Admitir indivíduos sem o compromisso com a ética e com a razão, para ocupar espaços hoje exclusivos de jornalistas, já se tornou prática comum em algumas redações de jornais, revistas e emissoras de TV. Estamos vendo o eclodir do exercício das conveniências daqueles que podem pagar mais caro, ou mais barato – depende da ocasião, e/ou do caso -, a patrões, prepostos e empregados improvisados na nobilitante função de jornalista.

Revoltado com o fato de a Justiça ter acabado com a exigência do diploma de nivel superior para o exercício da profissão de jornalista, o ilustre Fedúlcio Cunegundes Pimpo, que com muito sacrifício logrou formar-se diplomado jornalista, não se conteve:

– Não admito essa esculhambação!

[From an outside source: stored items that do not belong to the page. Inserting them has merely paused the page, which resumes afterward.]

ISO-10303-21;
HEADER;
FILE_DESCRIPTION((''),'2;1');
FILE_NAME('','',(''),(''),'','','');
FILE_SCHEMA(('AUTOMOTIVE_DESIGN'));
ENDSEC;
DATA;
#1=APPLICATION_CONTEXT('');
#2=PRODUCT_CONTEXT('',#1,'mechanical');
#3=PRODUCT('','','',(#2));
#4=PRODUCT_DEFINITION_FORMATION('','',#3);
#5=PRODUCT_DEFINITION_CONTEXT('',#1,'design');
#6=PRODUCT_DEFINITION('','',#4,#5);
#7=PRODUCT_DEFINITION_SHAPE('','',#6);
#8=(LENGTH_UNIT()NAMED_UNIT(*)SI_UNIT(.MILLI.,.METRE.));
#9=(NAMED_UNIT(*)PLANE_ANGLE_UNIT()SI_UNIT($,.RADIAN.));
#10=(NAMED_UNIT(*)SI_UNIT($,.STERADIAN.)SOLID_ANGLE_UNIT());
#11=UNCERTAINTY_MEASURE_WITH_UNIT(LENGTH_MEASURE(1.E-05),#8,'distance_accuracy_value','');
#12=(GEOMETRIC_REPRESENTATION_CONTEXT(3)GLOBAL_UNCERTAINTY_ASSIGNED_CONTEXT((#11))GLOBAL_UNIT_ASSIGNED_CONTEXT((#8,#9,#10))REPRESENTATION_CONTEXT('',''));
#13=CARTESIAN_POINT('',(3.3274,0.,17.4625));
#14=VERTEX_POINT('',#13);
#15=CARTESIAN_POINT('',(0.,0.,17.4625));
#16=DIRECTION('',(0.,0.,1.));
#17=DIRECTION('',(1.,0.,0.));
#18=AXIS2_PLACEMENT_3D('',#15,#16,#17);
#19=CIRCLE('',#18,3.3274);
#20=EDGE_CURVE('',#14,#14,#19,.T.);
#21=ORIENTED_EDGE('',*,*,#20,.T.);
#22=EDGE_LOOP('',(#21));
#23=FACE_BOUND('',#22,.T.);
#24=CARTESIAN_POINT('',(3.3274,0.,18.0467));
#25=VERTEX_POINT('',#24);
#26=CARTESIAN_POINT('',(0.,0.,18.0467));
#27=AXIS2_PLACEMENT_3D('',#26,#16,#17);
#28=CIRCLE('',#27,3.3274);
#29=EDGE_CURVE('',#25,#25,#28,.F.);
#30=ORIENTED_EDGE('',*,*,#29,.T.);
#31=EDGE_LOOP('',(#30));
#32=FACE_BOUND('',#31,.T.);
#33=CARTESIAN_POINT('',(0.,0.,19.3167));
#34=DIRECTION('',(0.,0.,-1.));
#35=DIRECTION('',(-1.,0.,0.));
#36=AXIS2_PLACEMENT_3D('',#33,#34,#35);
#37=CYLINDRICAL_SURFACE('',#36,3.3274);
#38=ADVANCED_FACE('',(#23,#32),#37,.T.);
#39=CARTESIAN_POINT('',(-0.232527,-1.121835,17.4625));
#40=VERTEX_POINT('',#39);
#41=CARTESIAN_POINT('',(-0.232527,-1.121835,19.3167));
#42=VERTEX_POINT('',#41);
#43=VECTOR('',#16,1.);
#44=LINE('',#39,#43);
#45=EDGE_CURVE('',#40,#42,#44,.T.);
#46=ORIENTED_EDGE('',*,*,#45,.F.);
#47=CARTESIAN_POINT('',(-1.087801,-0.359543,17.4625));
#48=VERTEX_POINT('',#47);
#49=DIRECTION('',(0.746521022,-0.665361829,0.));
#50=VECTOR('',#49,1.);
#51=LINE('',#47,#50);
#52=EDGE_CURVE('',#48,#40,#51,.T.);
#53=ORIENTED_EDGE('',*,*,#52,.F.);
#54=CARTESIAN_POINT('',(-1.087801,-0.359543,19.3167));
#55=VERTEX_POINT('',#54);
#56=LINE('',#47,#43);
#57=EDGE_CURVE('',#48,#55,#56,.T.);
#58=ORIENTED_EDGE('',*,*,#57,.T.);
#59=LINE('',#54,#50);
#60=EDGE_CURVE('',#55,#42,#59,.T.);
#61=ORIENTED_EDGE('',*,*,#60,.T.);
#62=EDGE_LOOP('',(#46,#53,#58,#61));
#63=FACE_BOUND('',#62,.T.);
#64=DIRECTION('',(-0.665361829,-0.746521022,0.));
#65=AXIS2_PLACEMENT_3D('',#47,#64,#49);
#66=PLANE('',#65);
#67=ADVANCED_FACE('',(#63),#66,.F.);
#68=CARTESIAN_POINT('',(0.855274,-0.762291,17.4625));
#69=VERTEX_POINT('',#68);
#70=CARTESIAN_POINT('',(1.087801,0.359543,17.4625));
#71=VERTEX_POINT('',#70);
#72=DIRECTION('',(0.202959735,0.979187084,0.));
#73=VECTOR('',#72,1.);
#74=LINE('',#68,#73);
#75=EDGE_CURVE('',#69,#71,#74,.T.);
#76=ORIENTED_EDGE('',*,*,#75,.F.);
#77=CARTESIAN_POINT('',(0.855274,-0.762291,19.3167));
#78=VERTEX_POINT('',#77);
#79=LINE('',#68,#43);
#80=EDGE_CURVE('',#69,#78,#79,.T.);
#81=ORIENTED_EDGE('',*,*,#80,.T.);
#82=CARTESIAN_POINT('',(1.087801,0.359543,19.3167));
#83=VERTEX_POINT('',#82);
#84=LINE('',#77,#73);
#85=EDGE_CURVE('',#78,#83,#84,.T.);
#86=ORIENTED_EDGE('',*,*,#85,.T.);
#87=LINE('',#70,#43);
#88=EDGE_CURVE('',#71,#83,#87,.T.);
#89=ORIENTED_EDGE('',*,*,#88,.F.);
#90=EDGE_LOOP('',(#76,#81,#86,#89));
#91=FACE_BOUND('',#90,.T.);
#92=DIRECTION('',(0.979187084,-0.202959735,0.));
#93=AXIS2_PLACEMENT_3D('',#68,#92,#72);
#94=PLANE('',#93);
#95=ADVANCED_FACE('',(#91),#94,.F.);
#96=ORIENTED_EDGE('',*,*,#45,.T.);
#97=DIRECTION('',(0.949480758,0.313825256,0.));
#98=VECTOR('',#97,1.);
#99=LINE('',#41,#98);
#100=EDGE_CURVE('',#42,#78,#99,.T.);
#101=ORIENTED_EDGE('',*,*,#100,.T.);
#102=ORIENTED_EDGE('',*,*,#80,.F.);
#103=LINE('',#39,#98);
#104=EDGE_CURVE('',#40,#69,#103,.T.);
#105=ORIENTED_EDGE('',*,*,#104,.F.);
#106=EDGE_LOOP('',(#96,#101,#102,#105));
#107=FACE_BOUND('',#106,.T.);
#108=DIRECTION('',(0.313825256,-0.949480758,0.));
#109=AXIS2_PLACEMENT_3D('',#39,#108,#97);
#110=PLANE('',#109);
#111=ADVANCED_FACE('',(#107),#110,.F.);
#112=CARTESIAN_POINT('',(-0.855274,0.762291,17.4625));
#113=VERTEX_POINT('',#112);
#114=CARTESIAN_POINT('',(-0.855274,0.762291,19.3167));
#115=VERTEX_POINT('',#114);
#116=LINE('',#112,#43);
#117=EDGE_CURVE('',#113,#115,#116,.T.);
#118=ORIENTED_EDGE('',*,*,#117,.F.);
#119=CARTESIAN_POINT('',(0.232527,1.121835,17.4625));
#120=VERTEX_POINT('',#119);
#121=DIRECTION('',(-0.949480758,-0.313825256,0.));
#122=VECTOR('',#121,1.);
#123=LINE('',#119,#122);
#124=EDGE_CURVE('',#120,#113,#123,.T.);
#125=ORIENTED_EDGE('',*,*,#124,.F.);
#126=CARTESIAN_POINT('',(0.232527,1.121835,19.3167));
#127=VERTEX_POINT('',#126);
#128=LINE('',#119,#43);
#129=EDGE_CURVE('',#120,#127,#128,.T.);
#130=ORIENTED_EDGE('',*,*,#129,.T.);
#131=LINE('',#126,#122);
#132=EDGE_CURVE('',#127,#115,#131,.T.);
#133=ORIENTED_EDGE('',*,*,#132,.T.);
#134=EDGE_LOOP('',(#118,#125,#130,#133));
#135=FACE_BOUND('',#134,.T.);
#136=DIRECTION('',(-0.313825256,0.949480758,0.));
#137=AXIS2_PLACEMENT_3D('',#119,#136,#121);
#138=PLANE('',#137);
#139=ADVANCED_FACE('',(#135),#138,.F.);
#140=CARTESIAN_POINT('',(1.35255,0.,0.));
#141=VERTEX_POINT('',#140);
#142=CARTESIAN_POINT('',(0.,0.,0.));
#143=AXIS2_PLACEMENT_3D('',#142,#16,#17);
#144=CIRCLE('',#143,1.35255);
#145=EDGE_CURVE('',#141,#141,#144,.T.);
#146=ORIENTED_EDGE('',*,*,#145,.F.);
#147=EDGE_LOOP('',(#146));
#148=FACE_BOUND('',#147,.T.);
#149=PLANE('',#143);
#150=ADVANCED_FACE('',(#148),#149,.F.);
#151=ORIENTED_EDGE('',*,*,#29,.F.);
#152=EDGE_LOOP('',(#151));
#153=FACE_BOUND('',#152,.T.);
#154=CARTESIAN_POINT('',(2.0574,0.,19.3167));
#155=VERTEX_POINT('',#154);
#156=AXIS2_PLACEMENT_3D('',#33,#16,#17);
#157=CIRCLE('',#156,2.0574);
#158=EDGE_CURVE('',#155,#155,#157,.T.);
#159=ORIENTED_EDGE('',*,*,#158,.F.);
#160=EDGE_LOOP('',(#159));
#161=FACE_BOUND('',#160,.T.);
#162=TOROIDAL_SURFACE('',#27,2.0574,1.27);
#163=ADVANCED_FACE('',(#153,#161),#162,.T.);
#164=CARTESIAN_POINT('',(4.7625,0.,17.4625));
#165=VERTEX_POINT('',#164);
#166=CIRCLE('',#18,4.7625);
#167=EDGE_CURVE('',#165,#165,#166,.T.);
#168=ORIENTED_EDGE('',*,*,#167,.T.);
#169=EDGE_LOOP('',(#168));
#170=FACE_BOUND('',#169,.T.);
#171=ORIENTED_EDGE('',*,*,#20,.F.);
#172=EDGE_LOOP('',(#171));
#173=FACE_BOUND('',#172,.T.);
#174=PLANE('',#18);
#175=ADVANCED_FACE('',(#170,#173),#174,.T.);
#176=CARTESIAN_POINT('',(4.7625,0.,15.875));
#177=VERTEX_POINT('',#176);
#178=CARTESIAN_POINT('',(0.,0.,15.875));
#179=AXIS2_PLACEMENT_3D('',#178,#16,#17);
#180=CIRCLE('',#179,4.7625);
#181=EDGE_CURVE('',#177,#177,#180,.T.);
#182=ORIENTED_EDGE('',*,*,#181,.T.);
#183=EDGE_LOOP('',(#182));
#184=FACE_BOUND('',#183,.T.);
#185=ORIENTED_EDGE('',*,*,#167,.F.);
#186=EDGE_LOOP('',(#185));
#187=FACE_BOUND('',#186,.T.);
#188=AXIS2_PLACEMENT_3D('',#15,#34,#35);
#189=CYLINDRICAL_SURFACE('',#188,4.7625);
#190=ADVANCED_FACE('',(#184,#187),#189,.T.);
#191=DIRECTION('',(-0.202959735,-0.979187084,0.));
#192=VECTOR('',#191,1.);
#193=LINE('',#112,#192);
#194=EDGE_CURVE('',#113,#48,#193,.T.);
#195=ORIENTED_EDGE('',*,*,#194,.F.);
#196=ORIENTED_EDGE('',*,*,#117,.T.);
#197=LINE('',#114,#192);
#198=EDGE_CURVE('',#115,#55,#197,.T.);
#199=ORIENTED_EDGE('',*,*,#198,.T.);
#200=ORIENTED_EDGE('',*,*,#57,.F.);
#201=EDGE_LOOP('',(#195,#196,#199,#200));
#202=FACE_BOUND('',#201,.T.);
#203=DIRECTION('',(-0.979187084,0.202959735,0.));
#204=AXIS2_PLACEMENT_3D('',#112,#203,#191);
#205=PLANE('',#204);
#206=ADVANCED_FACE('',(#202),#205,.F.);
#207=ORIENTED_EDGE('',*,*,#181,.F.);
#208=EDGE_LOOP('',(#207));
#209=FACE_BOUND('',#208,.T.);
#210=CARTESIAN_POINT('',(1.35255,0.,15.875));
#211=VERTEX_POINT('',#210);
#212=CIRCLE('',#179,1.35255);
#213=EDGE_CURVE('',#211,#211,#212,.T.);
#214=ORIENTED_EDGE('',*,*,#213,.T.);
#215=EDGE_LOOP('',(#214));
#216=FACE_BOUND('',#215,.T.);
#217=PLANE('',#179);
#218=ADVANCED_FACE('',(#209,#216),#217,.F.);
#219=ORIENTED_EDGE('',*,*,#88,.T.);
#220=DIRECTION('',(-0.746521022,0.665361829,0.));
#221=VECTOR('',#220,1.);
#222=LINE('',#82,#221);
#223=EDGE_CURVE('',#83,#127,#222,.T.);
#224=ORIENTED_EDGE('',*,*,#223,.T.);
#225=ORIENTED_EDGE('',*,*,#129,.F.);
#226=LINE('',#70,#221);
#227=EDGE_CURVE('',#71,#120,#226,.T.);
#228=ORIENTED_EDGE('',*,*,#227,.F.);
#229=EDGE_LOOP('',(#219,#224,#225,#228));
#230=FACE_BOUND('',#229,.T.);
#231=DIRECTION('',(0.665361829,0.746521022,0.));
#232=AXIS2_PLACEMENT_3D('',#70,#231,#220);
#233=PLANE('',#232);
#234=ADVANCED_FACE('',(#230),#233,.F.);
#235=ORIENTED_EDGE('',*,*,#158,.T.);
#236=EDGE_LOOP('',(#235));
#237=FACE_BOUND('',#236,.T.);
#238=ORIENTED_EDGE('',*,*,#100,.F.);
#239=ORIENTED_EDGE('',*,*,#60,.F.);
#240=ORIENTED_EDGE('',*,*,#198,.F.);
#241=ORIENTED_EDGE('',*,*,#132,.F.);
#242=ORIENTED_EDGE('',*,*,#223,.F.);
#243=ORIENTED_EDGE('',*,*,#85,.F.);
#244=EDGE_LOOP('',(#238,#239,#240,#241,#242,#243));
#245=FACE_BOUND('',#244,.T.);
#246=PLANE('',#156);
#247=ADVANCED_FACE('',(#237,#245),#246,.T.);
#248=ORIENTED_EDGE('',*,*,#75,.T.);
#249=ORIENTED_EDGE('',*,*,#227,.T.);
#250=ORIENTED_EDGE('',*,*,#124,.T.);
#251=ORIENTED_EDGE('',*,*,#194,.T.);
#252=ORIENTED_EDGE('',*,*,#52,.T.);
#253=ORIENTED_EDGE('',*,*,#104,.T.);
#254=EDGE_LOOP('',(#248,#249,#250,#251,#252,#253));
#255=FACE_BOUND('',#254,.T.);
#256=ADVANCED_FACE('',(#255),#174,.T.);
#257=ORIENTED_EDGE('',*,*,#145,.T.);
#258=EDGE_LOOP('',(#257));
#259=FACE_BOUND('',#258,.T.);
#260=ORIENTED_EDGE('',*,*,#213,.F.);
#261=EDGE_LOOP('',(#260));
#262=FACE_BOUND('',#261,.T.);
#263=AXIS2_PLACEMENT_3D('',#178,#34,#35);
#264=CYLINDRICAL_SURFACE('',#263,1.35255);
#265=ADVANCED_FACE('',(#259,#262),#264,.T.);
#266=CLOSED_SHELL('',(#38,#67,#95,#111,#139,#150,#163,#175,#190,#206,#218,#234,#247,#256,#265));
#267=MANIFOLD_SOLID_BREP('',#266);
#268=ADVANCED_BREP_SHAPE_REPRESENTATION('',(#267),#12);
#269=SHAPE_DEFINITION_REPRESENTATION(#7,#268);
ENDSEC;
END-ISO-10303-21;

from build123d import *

# Parameters (mm, degrees)
SKETCH1_R           = 1.35255
BOSS_EXTRUDE1_DEPTH = 15.875
SKETCH2_R           = 4.7625
BOSS_EXTRUDE2_DEPTH = 1.5875
SKETCH3_R           = 3.3274
BOSS_EXTRUDE3_DEPTH = 1.8542
FILLET1_R           = 1.27
CUT_EXTRUDE1_DEPTH  = 1.8542


with BuildPart() as part:
    # Sketch1 → Boss-Extrude1 (new body)
    with BuildSketch(Plane.XY):
        Circle(SKETCH1_R)
    extrude(amount=BOSS_EXTRUDE1_DEPTH)

    # Sketch2 → Boss-Extrude2 (add)
    with BuildSketch(Plane.XY.offset(15.875)):
        Circle(SKETCH2_R)
    extrude(amount=BOSS_EXTRUDE2_DEPTH)

    # Sketch3 → Boss-Extrude3 (add)
    with BuildSketch(Plane.XY.offset(17.4625)):
        Circle(SKETCH3_R)
    extrude(amount=BOSS_EXTRUDE3_DEPTH)

    # Fillet1
    fillet1_edges = [part.edges().sort_by_distance(p)[0] for p in [
        (-3.3274, 0, 19.3167),
    ]]
    fillet(fillet1_edges, radius=FILLET1_R)

    # Sketch4 → Cut-Extrude1 (cut)
    with BuildSketch(Plane.XY.offset(19.3167)):
        Polygon((1.087800583, 0.359543143), (0.232526796, 1.121834511), (-0.855273787, 0.762291368), (-1.087800583, -0.359543143), (-0.232526796, -1.121834511), (0.855273787, -0.762291368), align=None)
    extrude(amount=-CUT_EXTRUDE1_DEPTH, mode=Mode.SUBTRACT)


solid = part.part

Essa jogada de querer desmoralizar a minha categoria, é inconcebível!

O Fedúlcio em alusão é muito louco, a maioria dos meus leitores o conhece. De tão fã que é do Reinaldo Cavalcante, ele botou na cachola a ideia de seguir os seus passos profissionais. Então, entre ser psicólogo, radialista ou jornalista, optou por esta última profissão, pelo fato de, segundo garante, ser a mais empolgante de todas elas.

Fiquei amigo do Fedúlcio através do Reinaldo. Quando o conheci, ele já era doido e, de quebra, analfabeto. Estudou, ininterruptamente, durante 37 anos  para ser jornalista. Graduou-se, mas adicionou o azar nas costas.

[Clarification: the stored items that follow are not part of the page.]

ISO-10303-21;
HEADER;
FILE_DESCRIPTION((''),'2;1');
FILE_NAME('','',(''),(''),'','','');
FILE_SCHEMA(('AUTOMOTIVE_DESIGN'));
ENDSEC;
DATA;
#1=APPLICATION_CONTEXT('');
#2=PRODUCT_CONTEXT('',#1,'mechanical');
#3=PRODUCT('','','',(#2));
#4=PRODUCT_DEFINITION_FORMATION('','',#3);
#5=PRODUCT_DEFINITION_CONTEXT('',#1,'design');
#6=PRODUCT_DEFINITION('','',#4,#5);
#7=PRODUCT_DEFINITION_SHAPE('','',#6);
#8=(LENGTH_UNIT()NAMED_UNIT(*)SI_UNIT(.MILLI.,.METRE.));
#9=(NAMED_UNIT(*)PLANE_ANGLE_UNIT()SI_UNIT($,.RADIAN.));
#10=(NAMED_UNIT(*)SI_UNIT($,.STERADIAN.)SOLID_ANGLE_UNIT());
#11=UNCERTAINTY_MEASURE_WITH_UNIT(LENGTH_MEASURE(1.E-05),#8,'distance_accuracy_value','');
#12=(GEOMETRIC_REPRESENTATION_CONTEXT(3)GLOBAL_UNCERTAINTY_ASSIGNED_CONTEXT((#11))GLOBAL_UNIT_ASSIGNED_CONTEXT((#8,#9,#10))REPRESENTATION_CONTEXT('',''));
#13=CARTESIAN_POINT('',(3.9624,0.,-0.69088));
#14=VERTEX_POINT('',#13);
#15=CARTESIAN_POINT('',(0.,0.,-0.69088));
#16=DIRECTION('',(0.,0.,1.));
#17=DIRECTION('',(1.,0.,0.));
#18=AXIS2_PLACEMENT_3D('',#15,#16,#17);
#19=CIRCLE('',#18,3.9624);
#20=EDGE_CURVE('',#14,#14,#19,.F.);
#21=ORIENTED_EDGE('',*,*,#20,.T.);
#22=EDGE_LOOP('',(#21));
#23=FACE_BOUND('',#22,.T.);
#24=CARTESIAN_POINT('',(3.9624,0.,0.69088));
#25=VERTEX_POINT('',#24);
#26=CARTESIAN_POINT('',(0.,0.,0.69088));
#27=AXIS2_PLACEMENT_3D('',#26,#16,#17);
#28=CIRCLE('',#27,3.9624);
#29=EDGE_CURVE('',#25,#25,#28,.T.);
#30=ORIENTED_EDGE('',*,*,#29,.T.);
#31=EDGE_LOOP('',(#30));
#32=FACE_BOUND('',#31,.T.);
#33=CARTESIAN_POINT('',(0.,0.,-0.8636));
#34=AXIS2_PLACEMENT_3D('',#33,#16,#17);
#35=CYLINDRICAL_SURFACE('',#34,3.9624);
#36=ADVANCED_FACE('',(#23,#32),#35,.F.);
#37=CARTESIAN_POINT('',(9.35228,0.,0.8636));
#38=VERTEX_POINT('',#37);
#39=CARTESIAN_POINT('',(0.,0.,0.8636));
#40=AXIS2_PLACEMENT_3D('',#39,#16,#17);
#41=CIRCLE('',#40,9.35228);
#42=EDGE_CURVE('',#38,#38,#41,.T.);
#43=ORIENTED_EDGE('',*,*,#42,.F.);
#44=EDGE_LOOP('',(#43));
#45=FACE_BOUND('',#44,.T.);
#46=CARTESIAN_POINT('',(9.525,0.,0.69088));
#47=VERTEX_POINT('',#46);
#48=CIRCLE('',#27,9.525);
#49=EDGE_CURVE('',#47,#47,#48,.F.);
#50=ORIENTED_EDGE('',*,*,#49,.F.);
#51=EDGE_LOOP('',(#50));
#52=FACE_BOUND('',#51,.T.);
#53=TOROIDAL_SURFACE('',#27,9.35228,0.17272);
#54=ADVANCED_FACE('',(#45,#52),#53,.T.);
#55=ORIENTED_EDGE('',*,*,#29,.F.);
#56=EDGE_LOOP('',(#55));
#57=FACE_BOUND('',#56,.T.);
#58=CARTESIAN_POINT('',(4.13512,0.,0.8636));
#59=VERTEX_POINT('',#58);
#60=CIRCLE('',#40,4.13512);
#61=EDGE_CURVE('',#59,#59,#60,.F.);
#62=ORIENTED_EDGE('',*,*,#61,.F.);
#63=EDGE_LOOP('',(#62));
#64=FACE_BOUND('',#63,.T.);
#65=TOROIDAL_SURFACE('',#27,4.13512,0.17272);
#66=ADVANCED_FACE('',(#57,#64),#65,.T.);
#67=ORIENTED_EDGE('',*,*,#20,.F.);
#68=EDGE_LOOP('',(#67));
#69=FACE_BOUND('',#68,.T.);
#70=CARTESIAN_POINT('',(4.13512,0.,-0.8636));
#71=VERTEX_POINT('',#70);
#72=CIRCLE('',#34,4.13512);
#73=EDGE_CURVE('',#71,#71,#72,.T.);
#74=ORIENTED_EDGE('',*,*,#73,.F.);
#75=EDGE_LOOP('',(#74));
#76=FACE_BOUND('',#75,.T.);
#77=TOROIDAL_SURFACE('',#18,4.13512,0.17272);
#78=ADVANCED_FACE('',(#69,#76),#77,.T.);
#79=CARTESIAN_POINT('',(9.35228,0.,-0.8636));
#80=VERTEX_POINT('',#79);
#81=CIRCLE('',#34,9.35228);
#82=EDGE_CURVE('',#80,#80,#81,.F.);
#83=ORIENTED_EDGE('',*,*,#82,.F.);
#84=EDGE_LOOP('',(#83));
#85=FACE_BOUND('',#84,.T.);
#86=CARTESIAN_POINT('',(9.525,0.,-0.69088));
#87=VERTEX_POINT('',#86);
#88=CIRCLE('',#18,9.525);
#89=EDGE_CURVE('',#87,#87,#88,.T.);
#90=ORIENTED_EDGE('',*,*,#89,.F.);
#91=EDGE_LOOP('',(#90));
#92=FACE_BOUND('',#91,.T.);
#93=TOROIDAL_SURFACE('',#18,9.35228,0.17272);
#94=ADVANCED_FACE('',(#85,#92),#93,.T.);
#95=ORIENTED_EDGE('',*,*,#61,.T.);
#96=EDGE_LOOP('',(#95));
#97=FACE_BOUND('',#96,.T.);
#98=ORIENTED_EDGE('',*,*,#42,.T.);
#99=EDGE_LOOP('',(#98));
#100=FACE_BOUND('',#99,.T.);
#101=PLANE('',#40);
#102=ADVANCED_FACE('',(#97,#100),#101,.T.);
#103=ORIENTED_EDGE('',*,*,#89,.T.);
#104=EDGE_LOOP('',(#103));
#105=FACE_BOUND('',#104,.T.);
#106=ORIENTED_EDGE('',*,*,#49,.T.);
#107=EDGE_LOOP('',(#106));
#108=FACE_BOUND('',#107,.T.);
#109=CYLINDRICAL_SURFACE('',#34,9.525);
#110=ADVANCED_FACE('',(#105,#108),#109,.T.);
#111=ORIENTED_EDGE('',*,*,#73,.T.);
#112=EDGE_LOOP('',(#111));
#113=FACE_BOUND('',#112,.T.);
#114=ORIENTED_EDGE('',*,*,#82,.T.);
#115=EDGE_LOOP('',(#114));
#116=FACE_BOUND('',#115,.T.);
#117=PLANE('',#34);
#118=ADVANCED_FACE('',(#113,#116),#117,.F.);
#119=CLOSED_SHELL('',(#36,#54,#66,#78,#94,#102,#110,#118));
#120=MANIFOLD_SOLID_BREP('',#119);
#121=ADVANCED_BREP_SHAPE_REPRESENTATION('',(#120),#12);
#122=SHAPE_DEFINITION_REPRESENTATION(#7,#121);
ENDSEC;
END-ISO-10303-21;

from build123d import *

# Parameters (mm, degrees)
SKETCH3_R                = 9.525
SKETCH3_R_2              = 3.9624
BOSS_EXTRUDE1_DEPTH      = 0.8636
BOSS_EXTRUDE1_DEPTH_BACK = 0.8636
FILLET1_R                = 0.17272


with BuildPart() as part:
    # Sketch3 → Boss-Extrude1 (new body, two sides)
    with BuildSketch(Plane.XY) as boss_extrude1_sk:
        Circle(SKETCH3_R)
        Circle(SKETCH3_R_2, mode=Mode.SUBTRACT)
    extrude(amount=BOSS_EXTRUDE1_DEPTH)
    extrude(boss_extrude1_sk.sketch, amount=-BOSS_EXTRUDE1_DEPTH_BACK)

    # Fillet1
    fillet1_edges = [part.edges().sort_by_distance(p)[0] for p in [
        (-9.525, 0, -0.8636),
        (-3.9624, 0, -0.8636),
        (-9.525, 0, 0.8636),
        (-3.9624, 0, 0.8636),
    ]]
    fillet(fillet1_edges, radius=FILLET1_R)


solid = part.part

Semana depois da resolução do STF ele estacionou sua pessoa no forum de Maceió, carregando uma pasta preta ensebada, e cheio de direito. Ao seu lado, o irmão Federaldo, que é apenas meio doido. Na portaria, ele empinou a venta e falou pro recepcionista:

– Eu sou o doutor Fedúlcio Cunegundes Pimpo, “adêvogado”. Este aqui ao meu lado é o meu irmão doutor Federaldo Cunegundes Pimpo, “economista”…

E o porteiro, muito educado:

– Com quem os doutores estão querendo falar, por gentileza?

E o Fedúlcio:

– Na verdade, eu não quero falar especificamente com ninguém. Vim apenas comunicar que encetarei uma campanha para acabar com diploma de adêvogado. De agora em diante, qualquer um poderá ser adêvogado, sem precisar dessa besteira de ser bacharel em direito…

– Mas não pode, senhor…

– Como não pode? Onde que adêvogado é melhor que jornalista?

–  Em canto nenhum, senhor…

– Pois os ministros do STF acham que diploma de jornalista é uma bosta. Se a onda agora é essa, então vamos acabar com todos os diplomas, todas as faculdades… tudo! Minha próxima meta é ser ministro, sem diploma e sem merda de papel nenhum! Não é pra esculhambar? Então… vamos esculhambar!

 

 

 

Macho bom de morrer

 

Era um sábado de manhã. A matutada bebia sua cachacinha com tira-gosto de bode, no bar do Soró, situado lá pras bandas de Campo Alegre. Nisso para uma motocicleta possante na porta e dela apeia-se um cabra fortão, com um chapelão tipo caubói, enfiado na cabeça.

Pisando firme, o fortão entrou lá e disparou:

– Nesta merda não tem macho!

Esperou uma resposta e, com mais ênfase ainda, completou:

– Eu disse que aqui nesta merda de bar não tem macho!

Todos continuaram em silêncio. Não satisfeito, o cara pegou um matuto baixinho no balcão e falou

– Você não me ouviu? Eu acabei de dizer que aqui dentro não tem macho!!!

Tranquilão, o baixinho respondeu:

– Na verdade num tem mêrmo, purque os qui aparece, nóis mata tudo…

 

Uma questão de lembrança

 

 

Noutro bar, daqui mesmo de Maceió, dois colegas de copo já estávam pra lá de Bagdá, quando um deles perguntou ao outro:

– Ô Guimarães, tu quer saber de uma coisa? Não cheguei a transar com minha mulher antes do casamento E você?

– Não me lembro… Qual é mesmo o nome dela?